Because of the loss of submarine RO-501 (ex-U-1224) and that the joint-service commission never made it Germany to observe production, the Mitsubishi team has to make some educated guesses during the design process in preparing the Shusui for production. In addition, some of the basic equipment like batteries and radios are sized and weighed differently in Japan compared to German equipment, and this in turn affects not just airframe structure, but also weight and balance of the aircraft.

Mitsubishi is also responsible for getting the rocket motor, designated Toku Ro. 2, into production, but on the day of the first bench test of the motor, B-29 heavy bombers attack the plant. Numerous technical problems mount in the motor development as the Japanese have to substitute some materials for others in the design which would later turn out to be unsuitable for a production motor.

By April 1945, the Shusui aircraft are ready, but the rocket motor program is 3 months behind schedule. It is decided if the Toku Ro. 2 could run for just two minutes, they'd attempt the Shusui's first powered flight on 22 April, but the engine explodes during a ground test.

B-29 attacks exert their toll on the program. The engineering groups periodically have to move to new facilities. Eventually two groups are set up, each tasked with getting the Toko Ro. 2 running.

June 1945:
One group has their motor running four minutes on the bench and the other group has their motor bench tested to three minutes. It is decided that these bench tested motors will be used for the Shusui's first flight, but ground runs continue to reveal problems with the motor.

5 July 1945:
The J8M1 Shusui aircraft is declared ready for its first maiden powered flight.


Ground crewmen ready prototype Shusui for flight test.

7 July 1945:
Toyohiko Inuzuka starts up the motor for the first Shusui powered flight. After an 11-second takeoff run, the J8M1 Shusui becomes airborne and jettisons its takeoff dolly as planned. At 1,150 feet, Inuzuka begins to have engine problems as the motor begins to sputter and then quits.
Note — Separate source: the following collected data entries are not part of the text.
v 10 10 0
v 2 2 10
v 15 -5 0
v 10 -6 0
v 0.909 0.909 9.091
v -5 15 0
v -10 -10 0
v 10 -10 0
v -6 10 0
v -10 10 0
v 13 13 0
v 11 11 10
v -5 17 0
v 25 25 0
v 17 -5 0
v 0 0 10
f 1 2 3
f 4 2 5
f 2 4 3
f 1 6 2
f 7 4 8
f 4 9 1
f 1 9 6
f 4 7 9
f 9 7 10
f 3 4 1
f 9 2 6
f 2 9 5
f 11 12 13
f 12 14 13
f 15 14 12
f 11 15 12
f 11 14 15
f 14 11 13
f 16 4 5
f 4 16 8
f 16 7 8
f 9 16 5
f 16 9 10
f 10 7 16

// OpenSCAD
polyhedron(
  points=[ [10,10,0],[10,-10,0],[-10,-10,0],[-10,10,0], // the four points at base
           [0,0,10]  ],                                 // the apex point 
  faces=[ [0,1,4],[1,2,4],[2,3,4],[3,0,4],              // each triangle side
              [1,0,3],[2,1,3] ]                         // two triangles for square base
 );


module segmentA(x,y,z) {
  // x,y and z define the start positions of the segment's construction.
   polyhedron(
     points=[ 
        //0: middle bottom middle
        [2+x,2+y,0+z],
        //1: side middle 1
        [15+x,-5+y,0+z],
        //2: upwards tip
        [-10+x,-10+y,0+z],
        //3: side middle 2 (x1 = y2, x2=y1, to keep proportions)
        [-5+x,15+y,0+z],
        //4: upwards top point
        [2+x,2+y,10+z],
        //5: downwards tip
        [10+x,10+y,0+z]
      ],
     faces=[ 
      // connect the points given with a face. the order is important. the GSC geometry system won't properly render it
      // if the order is out of sync. luckily with only 3 points I could shuffle it around till it worked hehe.
      // But the overall idea is that there's an order for a face to be constructed in. so a face is valid if you connect A to B to C
      // but invalid if you do it in the wrong direction, like A to C to B.
        [5,1,4],
        [1,2,4],
        [2,3,4],
        [3,5,4],
        [5,3,0],
        [5,0,1],  // example -> [5,1,0] won't generate a face when rendering the model completely.
        [0,3,2],
        [0,2,1] 
      ]
   );
 }; 
 
 
 module segmentB(x,y,z) {
  // x,y and z define the start positions of this segment's construction.

  polyhedron(
     points=[ 
       [-3+x,-3+y,0+z],
       [15+x,-7+y,0+z],
       [-15+x,-15+y,0+z],
       [-7+x,15+y,0+z], 
       [-1+x,-1+y,10+z]
      ],                                
     faces=[ 
       [0,1,4],
       [1,2,4],
       [2,3,4],
       [3,0,4], 
       [0,3,2],
       [0,2,1] 
      ]                         
  );
 }; 




module EthereumLogo(x=0,y=0,z=0){
segmentA(0+x,0+y,0+z);
 
rotate([0,0,180]) 
segmentB(-10+x,-10+y,0+z);
}


EthereumLogo();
He is able to reach 1,640 feet, where he levels off and turns for the glide back to Yokuku Airfield. Releasing his remaining fuel via emergency release valves, he realizes he has made too many S-turns and is going to come up short of the airfield. Aware he is about to hit a house on the airfield perimeter, Inuzuka deliberately stalls the Shusui by abruptly pulling the nose up. The aircraft cartwheels and misses the house, but is destroyed. A few days later, Inuzuka dies from his injuries.

Analysis shows that he suffered fuel starvation during his climb- the acceleration and his angle of climb caused the fuel to slosh back and recede from the tank outlet. A few days later, two other motors that are being bench tested for the flight test program explode. This leaves only one complete rocket motor that has been tested and it was in the possession of the Army for installation in their Shusui prototype.

August 1945:
Full-scale production readiness is almost at hand and component construction is already underway. Flight testing is to resume, despite another explosion of the fuel mixture during a ground test days after the crash. The J8M design is finalized.

6 August 1945:
As the Army and Navy struggle to get their program back on track, Hiroshima is atomic bombed.

9 August 1945:
Nagasaki is also atomic bombed.

15 August 1945:
The Emperor and Japan unconditionally surrender. All work on the J8M ceases. Seven J8M1/Ki-200 were built by Mitsubishi.

Authors’ Notes:
Germany tries to send another Komet to Japan in U-864, but in February 1945 the submarine is sunk near Bergen, Norway by British submarine HMS VENTURER.

[1] One of three sets set of Me-163 blueprints; the others are carried aboard I-29 and U-511.

[2] Events in Europe keep the joint-service mission from arriving there.